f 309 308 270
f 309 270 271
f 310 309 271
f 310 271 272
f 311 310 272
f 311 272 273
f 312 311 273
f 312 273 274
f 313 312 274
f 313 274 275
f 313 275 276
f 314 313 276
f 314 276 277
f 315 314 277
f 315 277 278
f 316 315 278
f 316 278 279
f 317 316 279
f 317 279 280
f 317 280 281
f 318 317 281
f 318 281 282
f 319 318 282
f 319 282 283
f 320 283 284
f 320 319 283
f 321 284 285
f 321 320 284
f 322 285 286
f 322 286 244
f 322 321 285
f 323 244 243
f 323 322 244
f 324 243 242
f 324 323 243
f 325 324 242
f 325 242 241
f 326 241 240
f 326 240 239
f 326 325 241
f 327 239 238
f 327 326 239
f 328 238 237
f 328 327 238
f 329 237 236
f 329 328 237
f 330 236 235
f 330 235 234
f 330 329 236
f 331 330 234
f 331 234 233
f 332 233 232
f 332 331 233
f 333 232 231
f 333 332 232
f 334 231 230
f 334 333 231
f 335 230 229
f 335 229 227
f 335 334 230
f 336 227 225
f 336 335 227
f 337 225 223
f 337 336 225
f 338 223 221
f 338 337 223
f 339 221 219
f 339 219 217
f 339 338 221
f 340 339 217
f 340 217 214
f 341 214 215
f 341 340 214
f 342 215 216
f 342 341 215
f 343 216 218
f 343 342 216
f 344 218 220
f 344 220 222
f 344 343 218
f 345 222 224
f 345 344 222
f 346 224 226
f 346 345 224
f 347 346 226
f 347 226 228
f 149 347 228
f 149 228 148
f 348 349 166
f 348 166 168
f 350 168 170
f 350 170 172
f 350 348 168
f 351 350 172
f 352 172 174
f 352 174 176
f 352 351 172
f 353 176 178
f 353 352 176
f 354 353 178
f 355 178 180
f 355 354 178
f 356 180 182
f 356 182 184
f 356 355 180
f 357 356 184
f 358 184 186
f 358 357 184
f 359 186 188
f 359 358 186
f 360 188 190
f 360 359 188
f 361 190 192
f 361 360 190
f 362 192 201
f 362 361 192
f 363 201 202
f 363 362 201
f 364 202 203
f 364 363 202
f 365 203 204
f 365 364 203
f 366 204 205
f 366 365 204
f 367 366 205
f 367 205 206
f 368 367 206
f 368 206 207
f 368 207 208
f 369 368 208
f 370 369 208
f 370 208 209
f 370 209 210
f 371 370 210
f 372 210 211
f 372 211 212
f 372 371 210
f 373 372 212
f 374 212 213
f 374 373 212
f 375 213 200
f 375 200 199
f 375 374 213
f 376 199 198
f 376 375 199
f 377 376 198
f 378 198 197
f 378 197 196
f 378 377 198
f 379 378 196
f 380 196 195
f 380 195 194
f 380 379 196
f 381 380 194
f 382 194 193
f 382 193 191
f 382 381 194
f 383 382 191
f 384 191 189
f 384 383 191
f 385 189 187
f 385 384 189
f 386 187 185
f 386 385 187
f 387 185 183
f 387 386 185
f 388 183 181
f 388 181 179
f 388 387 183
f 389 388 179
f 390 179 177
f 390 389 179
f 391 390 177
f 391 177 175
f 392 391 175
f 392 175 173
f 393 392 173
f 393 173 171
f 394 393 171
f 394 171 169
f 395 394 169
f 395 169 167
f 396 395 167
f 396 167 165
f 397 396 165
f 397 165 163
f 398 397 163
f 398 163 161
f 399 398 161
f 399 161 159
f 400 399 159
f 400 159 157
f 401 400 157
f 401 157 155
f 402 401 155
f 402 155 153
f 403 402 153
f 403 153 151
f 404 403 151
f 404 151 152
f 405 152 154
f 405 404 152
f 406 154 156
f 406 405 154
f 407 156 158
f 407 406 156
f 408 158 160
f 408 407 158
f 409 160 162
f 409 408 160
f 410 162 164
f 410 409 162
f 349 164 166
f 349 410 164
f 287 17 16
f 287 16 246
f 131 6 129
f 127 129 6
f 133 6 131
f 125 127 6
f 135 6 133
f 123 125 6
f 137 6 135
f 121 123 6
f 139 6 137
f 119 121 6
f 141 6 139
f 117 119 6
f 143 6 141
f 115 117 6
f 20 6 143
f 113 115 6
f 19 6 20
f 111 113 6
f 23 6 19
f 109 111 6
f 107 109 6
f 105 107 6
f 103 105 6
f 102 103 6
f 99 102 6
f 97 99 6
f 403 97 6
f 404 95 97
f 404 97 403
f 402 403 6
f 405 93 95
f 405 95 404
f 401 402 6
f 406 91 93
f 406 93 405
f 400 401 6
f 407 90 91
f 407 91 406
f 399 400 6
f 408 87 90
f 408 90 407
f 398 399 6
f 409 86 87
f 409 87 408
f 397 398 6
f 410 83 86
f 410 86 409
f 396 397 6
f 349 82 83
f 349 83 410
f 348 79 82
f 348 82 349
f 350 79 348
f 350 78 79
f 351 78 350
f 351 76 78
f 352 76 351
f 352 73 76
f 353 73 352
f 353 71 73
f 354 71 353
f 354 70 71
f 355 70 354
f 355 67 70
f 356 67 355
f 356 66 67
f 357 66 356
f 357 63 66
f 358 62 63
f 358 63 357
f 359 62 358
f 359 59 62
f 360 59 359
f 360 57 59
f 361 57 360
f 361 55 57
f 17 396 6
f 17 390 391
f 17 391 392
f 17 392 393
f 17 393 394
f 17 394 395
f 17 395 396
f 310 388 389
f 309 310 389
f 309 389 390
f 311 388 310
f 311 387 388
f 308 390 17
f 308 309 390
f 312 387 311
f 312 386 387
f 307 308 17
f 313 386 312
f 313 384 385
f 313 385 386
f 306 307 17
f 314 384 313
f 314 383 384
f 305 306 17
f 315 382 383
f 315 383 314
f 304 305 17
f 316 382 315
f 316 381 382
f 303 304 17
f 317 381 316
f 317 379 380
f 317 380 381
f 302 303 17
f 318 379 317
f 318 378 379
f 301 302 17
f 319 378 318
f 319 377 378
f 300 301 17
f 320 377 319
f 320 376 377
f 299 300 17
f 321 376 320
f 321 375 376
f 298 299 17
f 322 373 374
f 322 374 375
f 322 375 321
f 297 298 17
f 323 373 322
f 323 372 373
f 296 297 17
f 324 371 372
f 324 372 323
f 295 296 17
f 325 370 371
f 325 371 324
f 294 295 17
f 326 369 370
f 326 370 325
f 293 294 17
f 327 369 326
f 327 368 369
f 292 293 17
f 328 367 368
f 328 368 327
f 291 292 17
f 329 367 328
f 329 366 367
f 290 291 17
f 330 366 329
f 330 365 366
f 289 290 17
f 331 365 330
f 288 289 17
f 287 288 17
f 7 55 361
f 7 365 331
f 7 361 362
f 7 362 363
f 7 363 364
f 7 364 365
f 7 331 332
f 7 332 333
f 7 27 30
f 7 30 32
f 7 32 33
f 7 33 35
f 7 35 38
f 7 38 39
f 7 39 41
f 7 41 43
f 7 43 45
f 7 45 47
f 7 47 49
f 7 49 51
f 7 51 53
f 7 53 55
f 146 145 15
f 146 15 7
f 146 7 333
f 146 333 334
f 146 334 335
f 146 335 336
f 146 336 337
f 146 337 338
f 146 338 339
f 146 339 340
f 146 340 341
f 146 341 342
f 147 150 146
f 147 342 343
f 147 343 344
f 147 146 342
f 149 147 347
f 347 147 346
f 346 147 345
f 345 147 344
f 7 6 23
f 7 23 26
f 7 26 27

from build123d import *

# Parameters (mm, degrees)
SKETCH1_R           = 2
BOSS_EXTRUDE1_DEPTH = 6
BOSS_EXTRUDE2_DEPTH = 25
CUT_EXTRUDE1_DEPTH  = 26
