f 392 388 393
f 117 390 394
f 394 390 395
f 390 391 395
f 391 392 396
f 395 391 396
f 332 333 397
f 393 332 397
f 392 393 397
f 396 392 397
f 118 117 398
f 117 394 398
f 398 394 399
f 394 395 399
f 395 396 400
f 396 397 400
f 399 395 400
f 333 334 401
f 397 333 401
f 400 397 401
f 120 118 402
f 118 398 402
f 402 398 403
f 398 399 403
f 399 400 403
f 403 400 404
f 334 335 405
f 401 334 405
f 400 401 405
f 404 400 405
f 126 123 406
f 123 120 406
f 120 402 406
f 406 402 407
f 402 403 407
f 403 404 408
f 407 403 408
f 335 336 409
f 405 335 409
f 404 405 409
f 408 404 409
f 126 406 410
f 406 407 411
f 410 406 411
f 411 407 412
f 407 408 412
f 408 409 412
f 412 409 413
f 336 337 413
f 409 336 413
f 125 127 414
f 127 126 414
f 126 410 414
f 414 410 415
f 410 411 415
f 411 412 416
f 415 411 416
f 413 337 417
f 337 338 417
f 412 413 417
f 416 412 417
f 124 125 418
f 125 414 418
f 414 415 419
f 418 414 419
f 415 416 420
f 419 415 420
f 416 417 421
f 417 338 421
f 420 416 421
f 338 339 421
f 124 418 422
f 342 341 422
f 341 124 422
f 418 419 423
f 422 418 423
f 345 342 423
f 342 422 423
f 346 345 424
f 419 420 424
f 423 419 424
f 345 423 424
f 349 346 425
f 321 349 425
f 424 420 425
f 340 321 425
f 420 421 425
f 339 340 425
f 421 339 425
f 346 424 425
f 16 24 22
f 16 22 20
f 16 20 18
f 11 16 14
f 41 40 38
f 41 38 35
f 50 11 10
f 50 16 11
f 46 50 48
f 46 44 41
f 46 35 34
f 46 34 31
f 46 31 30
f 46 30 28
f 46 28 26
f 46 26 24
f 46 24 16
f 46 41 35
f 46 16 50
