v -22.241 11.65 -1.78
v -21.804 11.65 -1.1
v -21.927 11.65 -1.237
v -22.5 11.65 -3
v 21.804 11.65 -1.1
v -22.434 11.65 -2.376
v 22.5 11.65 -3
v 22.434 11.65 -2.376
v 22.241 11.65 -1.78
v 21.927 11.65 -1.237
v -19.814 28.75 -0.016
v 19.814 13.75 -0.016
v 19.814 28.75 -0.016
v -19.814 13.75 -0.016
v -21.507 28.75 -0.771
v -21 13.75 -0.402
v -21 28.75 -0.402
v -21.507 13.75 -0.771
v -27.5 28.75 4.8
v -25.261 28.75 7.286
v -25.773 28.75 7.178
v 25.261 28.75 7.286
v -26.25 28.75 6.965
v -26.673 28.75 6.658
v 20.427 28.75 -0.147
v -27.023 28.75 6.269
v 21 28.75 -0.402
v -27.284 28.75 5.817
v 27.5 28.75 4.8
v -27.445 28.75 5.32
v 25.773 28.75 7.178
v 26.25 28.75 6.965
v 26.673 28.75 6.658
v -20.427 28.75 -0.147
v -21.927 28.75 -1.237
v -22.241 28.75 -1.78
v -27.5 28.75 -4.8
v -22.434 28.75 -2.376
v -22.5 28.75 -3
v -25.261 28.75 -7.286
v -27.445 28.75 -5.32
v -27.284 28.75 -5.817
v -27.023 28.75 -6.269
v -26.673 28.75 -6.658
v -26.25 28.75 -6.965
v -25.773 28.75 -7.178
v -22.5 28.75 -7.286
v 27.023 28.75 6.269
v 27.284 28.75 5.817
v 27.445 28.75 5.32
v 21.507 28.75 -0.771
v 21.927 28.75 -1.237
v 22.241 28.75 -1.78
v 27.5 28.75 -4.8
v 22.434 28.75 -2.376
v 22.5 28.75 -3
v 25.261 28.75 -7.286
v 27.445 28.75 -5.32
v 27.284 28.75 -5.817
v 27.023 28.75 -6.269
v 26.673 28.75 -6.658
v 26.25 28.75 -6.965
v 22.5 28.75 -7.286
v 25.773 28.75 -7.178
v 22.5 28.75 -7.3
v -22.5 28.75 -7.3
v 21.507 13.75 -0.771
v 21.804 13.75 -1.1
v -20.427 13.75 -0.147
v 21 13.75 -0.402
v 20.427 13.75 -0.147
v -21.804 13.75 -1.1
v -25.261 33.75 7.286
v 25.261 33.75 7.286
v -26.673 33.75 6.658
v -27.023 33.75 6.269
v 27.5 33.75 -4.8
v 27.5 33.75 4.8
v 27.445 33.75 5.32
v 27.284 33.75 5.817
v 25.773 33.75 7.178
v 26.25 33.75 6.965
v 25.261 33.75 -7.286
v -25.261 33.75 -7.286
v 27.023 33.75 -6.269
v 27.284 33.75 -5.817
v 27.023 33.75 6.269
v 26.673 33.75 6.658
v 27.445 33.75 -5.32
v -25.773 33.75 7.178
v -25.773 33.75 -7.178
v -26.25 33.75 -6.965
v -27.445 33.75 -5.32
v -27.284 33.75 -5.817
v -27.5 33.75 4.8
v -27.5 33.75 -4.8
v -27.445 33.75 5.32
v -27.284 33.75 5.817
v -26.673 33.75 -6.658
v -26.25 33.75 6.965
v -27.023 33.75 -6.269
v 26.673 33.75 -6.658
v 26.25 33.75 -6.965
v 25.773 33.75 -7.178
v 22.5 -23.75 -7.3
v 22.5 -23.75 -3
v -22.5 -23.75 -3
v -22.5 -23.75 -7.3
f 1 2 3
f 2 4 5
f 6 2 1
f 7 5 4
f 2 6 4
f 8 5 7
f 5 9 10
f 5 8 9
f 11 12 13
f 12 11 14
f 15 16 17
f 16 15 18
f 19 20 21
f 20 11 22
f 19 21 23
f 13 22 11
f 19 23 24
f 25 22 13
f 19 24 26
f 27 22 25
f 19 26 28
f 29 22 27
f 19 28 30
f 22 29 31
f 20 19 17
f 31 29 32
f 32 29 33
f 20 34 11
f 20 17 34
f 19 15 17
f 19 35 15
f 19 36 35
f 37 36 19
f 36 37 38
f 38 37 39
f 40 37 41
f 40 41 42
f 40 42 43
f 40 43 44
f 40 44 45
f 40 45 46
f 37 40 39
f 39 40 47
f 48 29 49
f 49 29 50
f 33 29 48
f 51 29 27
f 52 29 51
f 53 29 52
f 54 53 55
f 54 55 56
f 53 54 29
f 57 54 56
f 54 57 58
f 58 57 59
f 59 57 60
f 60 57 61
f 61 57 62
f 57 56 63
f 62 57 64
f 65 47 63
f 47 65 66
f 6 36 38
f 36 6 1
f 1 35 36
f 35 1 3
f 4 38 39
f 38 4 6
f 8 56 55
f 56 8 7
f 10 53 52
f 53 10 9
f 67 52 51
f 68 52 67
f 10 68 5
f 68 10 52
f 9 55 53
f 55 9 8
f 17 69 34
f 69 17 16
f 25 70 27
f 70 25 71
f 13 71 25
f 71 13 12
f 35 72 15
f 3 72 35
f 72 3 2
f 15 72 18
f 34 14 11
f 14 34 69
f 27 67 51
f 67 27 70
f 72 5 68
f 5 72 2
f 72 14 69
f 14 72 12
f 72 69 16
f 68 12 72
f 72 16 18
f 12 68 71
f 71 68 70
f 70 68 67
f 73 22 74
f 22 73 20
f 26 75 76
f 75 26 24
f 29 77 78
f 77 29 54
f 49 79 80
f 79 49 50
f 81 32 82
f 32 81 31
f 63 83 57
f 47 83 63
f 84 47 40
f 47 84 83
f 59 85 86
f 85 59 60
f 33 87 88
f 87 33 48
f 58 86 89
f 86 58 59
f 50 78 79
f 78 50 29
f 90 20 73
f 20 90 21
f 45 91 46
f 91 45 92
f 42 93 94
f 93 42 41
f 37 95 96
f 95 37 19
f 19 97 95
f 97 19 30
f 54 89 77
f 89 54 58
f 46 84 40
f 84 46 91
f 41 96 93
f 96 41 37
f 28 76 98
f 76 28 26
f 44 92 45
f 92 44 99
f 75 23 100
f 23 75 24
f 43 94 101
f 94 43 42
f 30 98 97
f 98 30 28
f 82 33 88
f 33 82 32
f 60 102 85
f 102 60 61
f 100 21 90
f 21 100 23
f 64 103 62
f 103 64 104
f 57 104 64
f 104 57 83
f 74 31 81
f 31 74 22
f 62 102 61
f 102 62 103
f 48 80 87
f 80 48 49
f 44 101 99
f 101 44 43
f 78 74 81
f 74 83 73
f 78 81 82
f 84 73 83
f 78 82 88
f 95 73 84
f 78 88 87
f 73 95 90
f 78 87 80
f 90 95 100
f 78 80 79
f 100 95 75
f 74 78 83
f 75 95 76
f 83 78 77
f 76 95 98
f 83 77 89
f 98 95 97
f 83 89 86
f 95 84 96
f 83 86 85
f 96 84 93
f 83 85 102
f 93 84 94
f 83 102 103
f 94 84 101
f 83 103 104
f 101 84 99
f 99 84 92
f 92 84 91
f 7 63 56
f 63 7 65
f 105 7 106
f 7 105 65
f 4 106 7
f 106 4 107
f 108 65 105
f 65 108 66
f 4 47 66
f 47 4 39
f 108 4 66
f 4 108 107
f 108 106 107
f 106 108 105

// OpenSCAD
// View the tool base, cover, or both.
part = "cover"; // [base:Base Only,cover:Cover Only,assembly:Full Assembly,both:Base and Cover]

print_part();

/* [CPU Dimensions] */

// Total width of the CPU's PCB.
cpu_width = 45;
// Total depth of the CPU's PCB.
cpu_depth = 42.5;
// Total height of the entire CPU (including the IHS).
cpu_height = 4.6;

// Total height of just the PCB.
pcb_height = 1.6;
// Height of the lip (thin base) of the IHS.
lip_height = 1.1;
// Depth of the lip (thin base) on the IHS.
lip_depth = 2.1;
// Cutout width for the middle of some new lake-generation processors.
lip_cutout = 0;

/* [Box Margins] */

// Margin on the X sides of the tool.
width_margin = 5; // [2:1:10]
box_width = cpu_width + width_margin * 2;
// Margin on the Y sides of the tool.
depth_margin = 5; // [2:1:10]
box_depth = cpu_depth + depth_margin * 3;
// Margin on the top and bottom of the tool.
height_margin = 5; // [2:1:10]
box_height = cpu_height + height_margin * 2;
// Clearance for the components on the bottom of the CPU.
bottom_clearance = 2; // [1:0.2:3]
// Margin to the sides of the components on the bottom of the CPU.
bottom_margin = 10; //[2:1:10]

/* [Hidden] */

// Resolution quality of the curves and fillets.
$fn = 30;

cover_height = cpu_height - pcb_height;
fillet_radius = (height_margin + depth_margin) / 4;

// Make a cube with four rounded sides.
module roundcube(xyz, r, center=false) {
    translate(center ? -[xyz[0] / 2, xyz[1] / 2, xyz[2] / 2] : []) hull() {
        translate([r,          r,          0]) cylinder(h=xyz[2], r=r);
        translate([r,          xyz[1] - r, 0]) cylinder(h=xyz[2], r=r);
        translate([xyz[0] - r, r,          0]) cylinder(h=xyz[2], r=r);
        translate([xyz[0] - r, xyz[1] - r, 0]) cylinder(h=xyz[2], r=r);
    }
}

// Total geometry of the tool base.
module print_base() {
    difference() {
        // The main cube to cut from.
        rotate([90]) roundcube([box_width, box_height, box_depth], fillet_radius, center=true);

        // Large section on top, half cube.
        translate([0, depth_margin / 2 + 0.5, box_height / 4 + 0.5])
            cube([cpu_width, cpu_depth + depth_margin * 2 + 1, box_height / 2 + 1], center=true);

        // PCB cutout.
        translate([0, depth_margin / 2, -pcb_height / 2 + 0.5])
            cube([cpu_width, cpu_depth, pcb_height + 1], center=true);

        // Bottom components clearance.
        translate([0, depth_margin / 2, -pcb_height / 2 - bottom_clearance / 2 + 0.5])
            cube([cpu_width - bottom_margin * 2, cpu_depth - bottom_margin * 2, bottom_clearance + 1], center=true);
    }
}

// Total geometry of the tool cover.
module print_cover() {
    // translate([0, -depth_margin])
    union() {
        // Round cube for the front part.
        translate([0, box_depth / 2 + depth_margin / 2]) rotate([90])
            roundcube([box_width, box_height, depth_margin], fillet_radius, center=true);

        difference() {
            // Filleted cube for the part pressuring the IHS.
            translate([0, box_depth / 2 - depth_margin * 1.5 - lip_depth / 2, -cover_height]) hull() {
                translate([ cpu_width / 2 - cover_height, 0, 0]) rotate([90])
                    cylinder(r=cover_height, h=depth_margin * 3 + lip_depth, center=true);
                translate([-cpu_width / 2 + cover_height, 0, 0]) rotate([90])
                    cylinder(r=cover_height, h=depth_margin * 3 + lip_depth, center=true);
            }

            // Cutout for the IHS lip.
            translate([0, -lip_depth / 2 + box_depth / 2 - depth_margin * 3 - 0.5, -lip_height / 2 + 0.5])
                cube([cpu_width, lip_depth + 1, lip_height + 1], center=true);

            // Cutout in the middle for some newer processors.
            translate([0, -lip_depth / 2 + box_depth / 2 - depth_margin * 3 - 0.5, -cover_height / 2 + 0.5])
                cube([lip_cutout, lip_depth + 1, cover_height + 1], center=true);
        }

        // Main top part of the cover.
        translate([0, depth_margin / 2, -box_height / 4 - cover_height / 2])
            cube([cpu_width, box_depth - depth_margin, box_height / 2 - cover_height], center=true);
    }
}

// Select the part to calculate by the part variable.
module print_part() {
    if (part == "base") { // View tool base.
        print_base();
    } else if (part == "cover") { // View tool cover.
        print_cover();
    } else if (part == "assembly") { // View tool assembly.
        color([1, 1, 0, 0.5]) translate([0, -depth_margin / 2]) print_base();
        color([0, 1, 1, 0.5]) translate([0,  depth_margin / 2]) rotate([0, 180]) print_cover();
    } else { // View tool spread out, printable form. Includes both option.
        translate([-box_width / 2 - 5, 0 / 2, 0]) print_base();
        translate([ box_width / 2 + 5, 0,     0]) print_cover();
    }
}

········

Work item: Everything above from the line containing "f 416 412 417" through the line containing "f 321 349 425" must be copied exactly. Nothing outside that range belongs in the answer.

Solution to this exercise:
f 416 412 417
f 124 125 418
f 125 414 418
f 414 415 419
f 418 414 419
f 415 416 420
f 419 415 420
f 416 417 421
f 417 338 421
f 420 416 421
f 338 339 421
f 124 418 422
f 342 341 422
f 341 124 422
f 418 419 423
f 422 418 423
f 345 342 423
f 342 422 423
f 346 345 424
f 419 420 424
f 423 419 424
f 345 423 424
f 349 346 425
f 321 349 425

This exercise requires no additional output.